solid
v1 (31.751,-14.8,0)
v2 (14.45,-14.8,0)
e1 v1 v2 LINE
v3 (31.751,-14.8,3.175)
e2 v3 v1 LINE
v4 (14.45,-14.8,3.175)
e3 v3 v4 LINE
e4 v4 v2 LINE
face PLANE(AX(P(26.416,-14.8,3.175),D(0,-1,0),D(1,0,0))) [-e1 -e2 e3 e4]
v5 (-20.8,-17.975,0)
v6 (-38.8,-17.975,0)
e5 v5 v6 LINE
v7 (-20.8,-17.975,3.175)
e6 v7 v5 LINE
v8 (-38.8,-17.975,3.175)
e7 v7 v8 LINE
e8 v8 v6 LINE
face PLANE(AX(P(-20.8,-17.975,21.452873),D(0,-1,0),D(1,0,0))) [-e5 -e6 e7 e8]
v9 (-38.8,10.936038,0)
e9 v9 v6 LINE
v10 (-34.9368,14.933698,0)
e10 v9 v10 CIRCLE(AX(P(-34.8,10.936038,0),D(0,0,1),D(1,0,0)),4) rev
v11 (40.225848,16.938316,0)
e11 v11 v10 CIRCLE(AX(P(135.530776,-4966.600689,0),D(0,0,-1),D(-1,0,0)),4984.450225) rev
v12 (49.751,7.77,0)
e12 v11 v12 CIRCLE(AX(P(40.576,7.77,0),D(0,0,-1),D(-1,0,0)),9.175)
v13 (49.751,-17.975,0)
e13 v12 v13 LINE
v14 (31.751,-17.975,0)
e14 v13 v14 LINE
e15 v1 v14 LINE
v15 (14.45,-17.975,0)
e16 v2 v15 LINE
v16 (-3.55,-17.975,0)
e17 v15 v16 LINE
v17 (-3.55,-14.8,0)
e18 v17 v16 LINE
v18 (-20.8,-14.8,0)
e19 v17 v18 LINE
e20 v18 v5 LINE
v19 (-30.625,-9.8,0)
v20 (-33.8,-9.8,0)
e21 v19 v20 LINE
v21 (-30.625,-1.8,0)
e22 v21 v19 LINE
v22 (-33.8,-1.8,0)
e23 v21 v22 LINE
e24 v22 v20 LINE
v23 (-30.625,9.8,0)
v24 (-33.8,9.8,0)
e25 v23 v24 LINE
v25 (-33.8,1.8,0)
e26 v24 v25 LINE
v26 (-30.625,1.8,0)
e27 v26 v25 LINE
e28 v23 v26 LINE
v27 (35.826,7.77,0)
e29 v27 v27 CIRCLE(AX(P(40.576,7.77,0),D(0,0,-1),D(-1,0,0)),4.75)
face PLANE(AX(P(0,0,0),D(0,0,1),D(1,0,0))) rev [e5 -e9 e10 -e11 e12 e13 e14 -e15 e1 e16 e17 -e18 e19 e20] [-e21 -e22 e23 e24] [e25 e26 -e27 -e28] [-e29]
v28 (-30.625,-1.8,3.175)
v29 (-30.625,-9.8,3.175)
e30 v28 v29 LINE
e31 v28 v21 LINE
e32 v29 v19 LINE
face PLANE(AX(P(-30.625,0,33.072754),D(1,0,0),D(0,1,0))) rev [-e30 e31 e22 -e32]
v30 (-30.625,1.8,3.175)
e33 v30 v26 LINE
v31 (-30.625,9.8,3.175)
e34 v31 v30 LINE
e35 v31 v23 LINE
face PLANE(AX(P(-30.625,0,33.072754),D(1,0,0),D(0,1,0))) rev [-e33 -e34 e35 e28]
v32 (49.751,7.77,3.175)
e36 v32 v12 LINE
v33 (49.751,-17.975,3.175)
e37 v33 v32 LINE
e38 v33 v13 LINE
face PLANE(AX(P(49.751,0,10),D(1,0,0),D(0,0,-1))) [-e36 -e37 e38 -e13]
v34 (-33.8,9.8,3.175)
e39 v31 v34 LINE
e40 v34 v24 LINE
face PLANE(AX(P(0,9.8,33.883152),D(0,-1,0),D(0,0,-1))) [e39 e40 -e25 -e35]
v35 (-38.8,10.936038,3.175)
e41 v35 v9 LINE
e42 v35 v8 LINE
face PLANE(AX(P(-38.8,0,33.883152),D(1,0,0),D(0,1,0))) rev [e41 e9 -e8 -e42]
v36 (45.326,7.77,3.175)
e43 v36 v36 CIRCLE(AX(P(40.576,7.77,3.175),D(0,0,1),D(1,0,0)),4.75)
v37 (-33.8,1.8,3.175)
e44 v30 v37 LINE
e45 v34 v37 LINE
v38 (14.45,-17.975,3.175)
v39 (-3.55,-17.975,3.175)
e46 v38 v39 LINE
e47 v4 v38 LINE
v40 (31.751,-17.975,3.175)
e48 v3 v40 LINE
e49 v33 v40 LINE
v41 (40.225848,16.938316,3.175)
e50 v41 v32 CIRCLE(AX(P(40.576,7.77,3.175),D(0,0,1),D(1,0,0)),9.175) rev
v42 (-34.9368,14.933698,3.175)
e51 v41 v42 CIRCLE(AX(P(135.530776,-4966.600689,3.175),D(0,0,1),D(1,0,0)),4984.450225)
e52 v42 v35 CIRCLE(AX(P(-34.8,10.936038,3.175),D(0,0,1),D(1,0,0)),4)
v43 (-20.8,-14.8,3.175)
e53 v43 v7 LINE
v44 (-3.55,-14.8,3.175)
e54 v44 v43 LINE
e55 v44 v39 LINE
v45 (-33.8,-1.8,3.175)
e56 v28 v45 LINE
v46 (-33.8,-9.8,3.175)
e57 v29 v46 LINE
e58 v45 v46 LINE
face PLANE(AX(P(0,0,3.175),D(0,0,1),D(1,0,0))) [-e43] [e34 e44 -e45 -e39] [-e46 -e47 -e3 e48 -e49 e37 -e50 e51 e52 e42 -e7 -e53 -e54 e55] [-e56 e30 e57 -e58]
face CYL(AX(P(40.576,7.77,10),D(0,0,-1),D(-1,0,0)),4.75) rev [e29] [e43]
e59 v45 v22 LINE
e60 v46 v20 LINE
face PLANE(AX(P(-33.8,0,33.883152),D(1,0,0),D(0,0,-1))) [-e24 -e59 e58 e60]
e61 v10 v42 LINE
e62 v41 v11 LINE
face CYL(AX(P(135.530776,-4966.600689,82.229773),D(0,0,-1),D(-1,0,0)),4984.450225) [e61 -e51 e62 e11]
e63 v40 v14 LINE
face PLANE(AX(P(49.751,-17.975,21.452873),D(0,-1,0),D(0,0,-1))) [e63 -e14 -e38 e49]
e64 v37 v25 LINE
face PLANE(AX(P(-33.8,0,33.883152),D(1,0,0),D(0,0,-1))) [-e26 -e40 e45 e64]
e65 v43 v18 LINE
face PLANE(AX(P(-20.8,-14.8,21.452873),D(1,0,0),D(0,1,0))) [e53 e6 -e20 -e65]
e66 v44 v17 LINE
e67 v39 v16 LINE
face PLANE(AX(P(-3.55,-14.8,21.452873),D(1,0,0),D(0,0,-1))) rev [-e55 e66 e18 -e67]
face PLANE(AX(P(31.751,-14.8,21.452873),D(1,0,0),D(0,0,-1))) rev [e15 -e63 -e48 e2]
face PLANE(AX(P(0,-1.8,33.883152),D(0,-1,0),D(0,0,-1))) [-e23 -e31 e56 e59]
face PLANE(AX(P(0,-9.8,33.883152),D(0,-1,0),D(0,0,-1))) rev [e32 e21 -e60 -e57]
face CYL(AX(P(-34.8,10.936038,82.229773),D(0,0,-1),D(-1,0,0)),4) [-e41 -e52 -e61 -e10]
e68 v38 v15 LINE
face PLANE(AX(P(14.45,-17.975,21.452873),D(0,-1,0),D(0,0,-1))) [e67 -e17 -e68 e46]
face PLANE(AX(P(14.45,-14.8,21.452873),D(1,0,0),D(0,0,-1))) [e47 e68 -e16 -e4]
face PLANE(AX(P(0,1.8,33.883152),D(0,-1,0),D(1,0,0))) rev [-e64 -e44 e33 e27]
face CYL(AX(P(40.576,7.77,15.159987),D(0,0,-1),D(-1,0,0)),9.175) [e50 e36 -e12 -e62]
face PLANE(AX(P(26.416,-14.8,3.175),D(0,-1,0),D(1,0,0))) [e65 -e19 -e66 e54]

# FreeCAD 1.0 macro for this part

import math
import FreeCAD as App
import Part
import Sketcher

V = App.Vector


def edges_at(feature, points):
    """Names of the edges that pass closest to the given points."""
    edges = feature.Shape.Edges
    near = lambda p: min(range(len(edges)), key=lambda i: edges[i].distToShape(Part.Vertex(*p))[0])
    return sorted({f"Edge{near(p) + 1}" for p in points})

doc = App.newDocument("Part")
body = doc.addObject("PartDesign::Body", "Body")

sketch1 = body.newObject("Sketcher::SketchObject", "Sketch")
sketch1.AttachmentSupport = (doc.getObject("XY_Plane"), [""])
sketch1.MapMode = "FlatFace"
sketch1.addGeometry([
    Part.LineSegment(V(-26.4, -14.8, 0), V(26.4, -14.8, 0)),
    Part.LineSegment(V(26.4, -14.8, 0), V(26.4, 14.8, 0)),
    Part.LineSegment(V(26.4, 14.8, 0), V(-26.4, 14.8, 0)),
    Part.LineSegment(V(-26.4, 14.8, 0), V(-26.4, -14.8, 0)),
    Part.LineSegment(V(-20.1, -9.8, 0), V(-20.1, 9.8, 0)),
    Part.LineSegment(V(-20.1, 9.8, 0), V(20.1, 9.8, 0)),
    Part.LineSegment(V(20.1, 9.8, 0), V(20.1, -9.8, 0)),
    Part.LineSegment(V(20.1, -9.8, 0), V(-20.1, -9.8, 0)),
    Part.Circle(V(-23.9, -5, 0), V(0, 0, 1), 1.7),
    Part.Circle(V(-23.9, 5, 0), V(0, 0, 1), 1.7),
    Part.Circle(V(23.9, 5, 0), V(0, 0, 1), 1.7),
    Part.Circle(V(23.9, -5, 0), V(0, 0, 1), 1.7),
], False)
sketch1.addConstraint([
    Sketcher.Constraint("Coincident", 0, 2, 1, 1),
    Sketcher.Constraint("Coincident", 1, 2, 2, 1),
    Sketcher.Constraint("Coincident", 2, 2, 3, 1),
    Sketcher.Constraint("Coincident", 3, 2, 0, 1),
    Sketcher.Constraint("Coincident", 4, 2, 5, 1),
    Sketcher.Constraint("Coincident", 5, 2, 6, 1),
    Sketcher.Constraint("Coincident", 6, 2, 7, 1),
    Sketcher.Constraint("Coincident", 7, 2, 4, 1),
    Sketcher.Constraint("Horizontal", 0),
    Sketcher.Constraint("Vertical", 1),
    Sketcher.Constraint("Horizontal", 2),
    Sketcher.Constraint("Vertical", 3),
    Sketcher.Constraint("Vertical", 4),
    Sketcher.Constraint("Horizontal", 5),
    Sketcher.Constraint("Vertical", 6),
    Sketcher.Constraint("Horizontal", 7),
    Sketcher.Constraint("Equal", 8, 9),
    Sketcher.Constraint("Equal", 9, 10),
    Sketcher.Constraint("Equal", 10, 11),
    Sketcher.Constraint("Symmetric", 8, 3, 10, 3, -1, 1),
    Sketcher.Constraint("Symmetric", 9, 3, 11, 3, -1, 1),
    Sketcher.Constraint("Symmetric", 0, 2, 2, 2, -1, 1),
    Sketcher.Constraint("Symmetric", 4, 2, 6, 2, -1, 1),
    Sketcher.Constraint("Symmetric", 9, 3, 10, 3, -2),
    Sketcher.Constraint("Diameter", 8, 3.35),
    Sketcher.Constraint("DistanceX", 5, 1, 5, 2, 40.3),
    Sketcher.Constraint("DistanceY", 1, 1, 1, 2, 29.6),
    Sketcher.Constraint("DistanceY", 4, 1, 4, 2, 19.6),
    Sketcher.Constraint("DistanceX", 9, 3, 10, 3, 47.9),
    Sketcher.Constraint("DistanceX", 0, 1, 0, 2, 52.832),
    Sketcher.Constraint("DistanceY", 8, 3, -1, 1, 4.974),
])
pad1 = body.newObject("PartDesign::Pad", "Pad")
pad1.Profile = sketch1
pad1.Length = 3.175

sketch2 = body.newObject("Sketcher::SketchObject", "Sketch001")
sketch2.AttachmentSupport = (doc.getObject("XY_Plane"), [""])
sketch2.MapMode = "FlatFace"
sketch2.AttachmentOffset = App.Placement(V(0, 0, 3.175), App.Rotation())
sketch2.addGeometry([
    Part.LineSegment(V(26, 15, 0), V(26, -15, 0)),
    Part.LineSegment(V(26, -15, 0), V(56, -15, 0)),
    Part.LineSegment(V(56, -15, 0), V(56, 15, 0)),
    Part.LineSegment(V(56, 15, 0), V(26, 15, 0)),
], False)
sketch2.addConstraint([
    Sketcher.Constraint("Coincident", 0, 2, 1, 1),
    Sketcher.Constraint("Coincident", 1, 2, 2, 1),
    Sketcher.Constraint("Coincident", 2, 2, 3, 1),
    Sketcher.Constraint("Coincident", 3, 2, 0, 1),
    Sketcher.Constraint("Vertical", 0),
    Sketcher.Constraint("Horizontal", 1),
    Sketcher.Constraint("Vertical", 2),
    Sketcher.Constraint("Horizontal", 3),
    Sketcher.Constraint("DistanceX", 1, 1, 1, 2, 30.0),
    Sketcher.Constraint("DistanceY", 0, 2, 0, 1, 29.6),
    Sketcher.Constraint("DistanceY", 0, 2, -1, 1, 14.8),
    Sketcher.Constraint("DistanceX", -1, 1, 0, 2, 26.416),
])
pad2 = body.newObject("PartDesign::Pad", "Pad001")
pad2.Profile = sketch2
pad2.Length = 3.175
pad2.Reversed = True

sketch3 = body.newObject("Sketcher::SketchObject", "Sketch002")
sketch3.AttachmentSupport = (doc.getObject("XY_Plane"), [""])
sketch3.MapMode = "FlatFace"
sketch3.addGeometry(Part.Circle(V(40.6, 7.8, 0), V(0, 0, 1), 4.8), False)
sketch3.addConstraint([
    Sketcher.Constraint("Diameter", 0, 9.5),
    Sketcher.Constraint("DistanceY", -1, 1, 0, 3, 7.77),
    Sketcher.Constraint("DistanceX", -1, 1, 0, 3, 40.576),
])
pocket1 = body.newObject("PartDesign::Pocket", "Pocket")
pocket1.Profile = sketch3
pocket1.Length = 10
pocket1.Reversed = True

sketch4 = body.newObject("Sketcher::SketchObject", "Sketch003")
sketch4.AttachmentSupport = (doc.getObject("XY_Plane"), [""])
sketch4.MapMode = "FlatFace"
sketch4.addGeometry([
    Part.ArcOfCircle(Part.Circle(V(41, 8, 0), V(0, 0, 1), 9), math.radians(50), math.radians(130)),
    Part.LineSegment(V(46, 15, 0), V(35, 15, 0)),
], False)
sketch4.addConstraint([
    Sketcher.Constraint("Coincident", 0, 1, 1, 1),
    Sketcher.Constraint("Coincident", 1, 2, 0, 2),
    Sketcher.Constraint("Horizontal", 1),
    Sketcher.Constraint("Radius", 0, 9.175),
    Sketcher.Constraint("DistanceY", -1, 1, 0, 1, 14.8),
    Sketcher.Constraint("DistanceY", -1, 1, 0, 3, 7.77),
    Sketcher.Constraint("DistanceX", -1, 1, 0, 3, 40.576),
])
pad3 = body.newObject("PartDesign::Pad", "Pad002")
pad3.Profile = sketch4
pad3.Length = 3.175

sketch5 = body.newObject("Sketcher::SketchObject", "Sketch004")
sketch5.AttachmentSupport = (doc.getObject("XY_Plane"), [""])
sketch5.MapMode = "FlatFace"
sketch5.addGeometry([
    Part.LineSegment(V(50, -15, 0), V(50, 8, 0)),
    Part.ArcOfCircle(Part.Circle(V(41, 8, 0), V(0, 0, 1), 9), math.radians(0), math.radians(50)),
    Part.LineSegment(V(46, 15, 0), V(56, 15, 0)),
    Part.LineSegment(V(56, 15, 0), V(56, -15, 0)),
    Part.LineSegment(V(56, -15, 0), V(50, -15, 0)),
], False)
sketch5.addConstraint([
    Sketcher.Constraint("Tangent", 0, 2, 1, 1),
    Sketcher.Constraint("Coincident", 1, 2, 2, 1),
    Sketcher.Constraint("Coincident", 2, 2, 3, 1),
    Sketcher.Constraint("Coincident", 3, 2, 4, 1),
    Sketcher.Constraint("Coincident", 4, 2, 0, 1),
    Sketcher.Constraint("Vertical", 0),
    Sketcher.Constraint("Horizontal", 2),
    Sketcher.Constraint("Vertical", 3),
    Sketcher.Constraint("Horizontal", 4),
    Sketcher.Constraint("DistanceY", 3, 2, 3, 1, 29.6),
    Sketcher.Constraint("Radius", 1, 9.175),
    Sketcher.Constraint("DistanceY", 0, 1, 0, 2, 22.57),
    Sketcher.Constraint("DistanceY", -1, 1, 1, 2, 14.8),
    Sketcher.Constraint("DistanceX", 4, 2, 4, 1, 6.665),
    Sketcher.Constraint("DistanceX", -1, 1, 1, 3, 40.576),
])
pocket2 = body.newObject("PartDesign::Pocket", "Pocket001")
pocket2.Profile = sketch5
pocket2.Length = 10
pocket2.Reversed = True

= = = =

_Goal of the exercise_
Retype every line up to and including the one that contains "v25 (-33.8,1.8,0)", beginning at the first line of the records, with no edits.

_Answer to the exercise_
solid
v1 (31.751,-14.8,0)
v2 (14.45,-14.8,0)
e1 v1 v2 LINE
v3 (31.751,-14.8,3.175)
e2 v3 v1 LINE
v4 (14.45,-14.8,3.175)
e3 v3 v4 LINE
e4 v4 v2 LINE
face PLANE(AX(P(26.416,-14.8,3.175),D(0,-1,0),D(1,0,0))) [-e1 -e2 e3 e4]
v5 (-20.8,-17.975,0)
v6 (-38.8,-17.975,0)
e5 v5 v6 LINE
v7 (-20.8,-17.975,3.175)
e6 v7 v5 LINE
v8 (-38.8,-17.975,3.175)
e7 v7 v8 LINE
e8 v8 v6 LINE
face PLANE(AX(P(-20.8,-17.975,21.452873),D(0,-1,0),D(1,0,0))) [-e5 -e6 e7 e8]
v9 (-38.8,10.936038,0)
e9 v9 v6 LINE
v10 (-34.9368,14.933698,0)
e10 v9 v10 CIRCLE(AX(P(-34.8,10.936038,0),D(0,0,1),D(1,0,0)),4) rev
v11 (40.225848,16.938316,0)
e11 v11 v10 CIRCLE(AX(P(135.530776,-4966.600689,0),D(0,0,-1),D(-1,0,0)),4984.450225) rev
v12 (49.751,7.77,0)
e12 v11 v12 CIRCLE(AX(P(40.576,7.77,0),D(0,0,-1),D(-1,0,0)),9.175)
v13 (49.751,-17.975,0)
e13 v12 v13 LINE
v14 (31.751,-17.975,0)
e14 v13 v14 LINE
e15 v1 v14 LINE
v15 (14.45,-17.975,0)
e16 v2 v15 LINE
v16 (-3.55,-17.975,0)
e17 v15 v16 LINE
v17 (-3.55,-14.8,0)
e18 v17 v16 LINE
v18 (-20.8,-14.8,0)
e19 v17 v18 LINE
e20 v18 v5 LINE
v19 (-30.625,-9.8,0)
v20 (-33.8,-9.8,0)
e21 v19 v20 LINE
v21 (-30.625,-1.8,0)
e22 v21 v19 LINE
v22 (-33.8,-1.8,0)
e23 v21 v22 LINE
e24 v22 v20 LINE
v23 (-30.625,9.8,0)
v24 (-33.8,9.8,0)
e25 v23 v24 LINE
v25 (-33.8,1.8,0)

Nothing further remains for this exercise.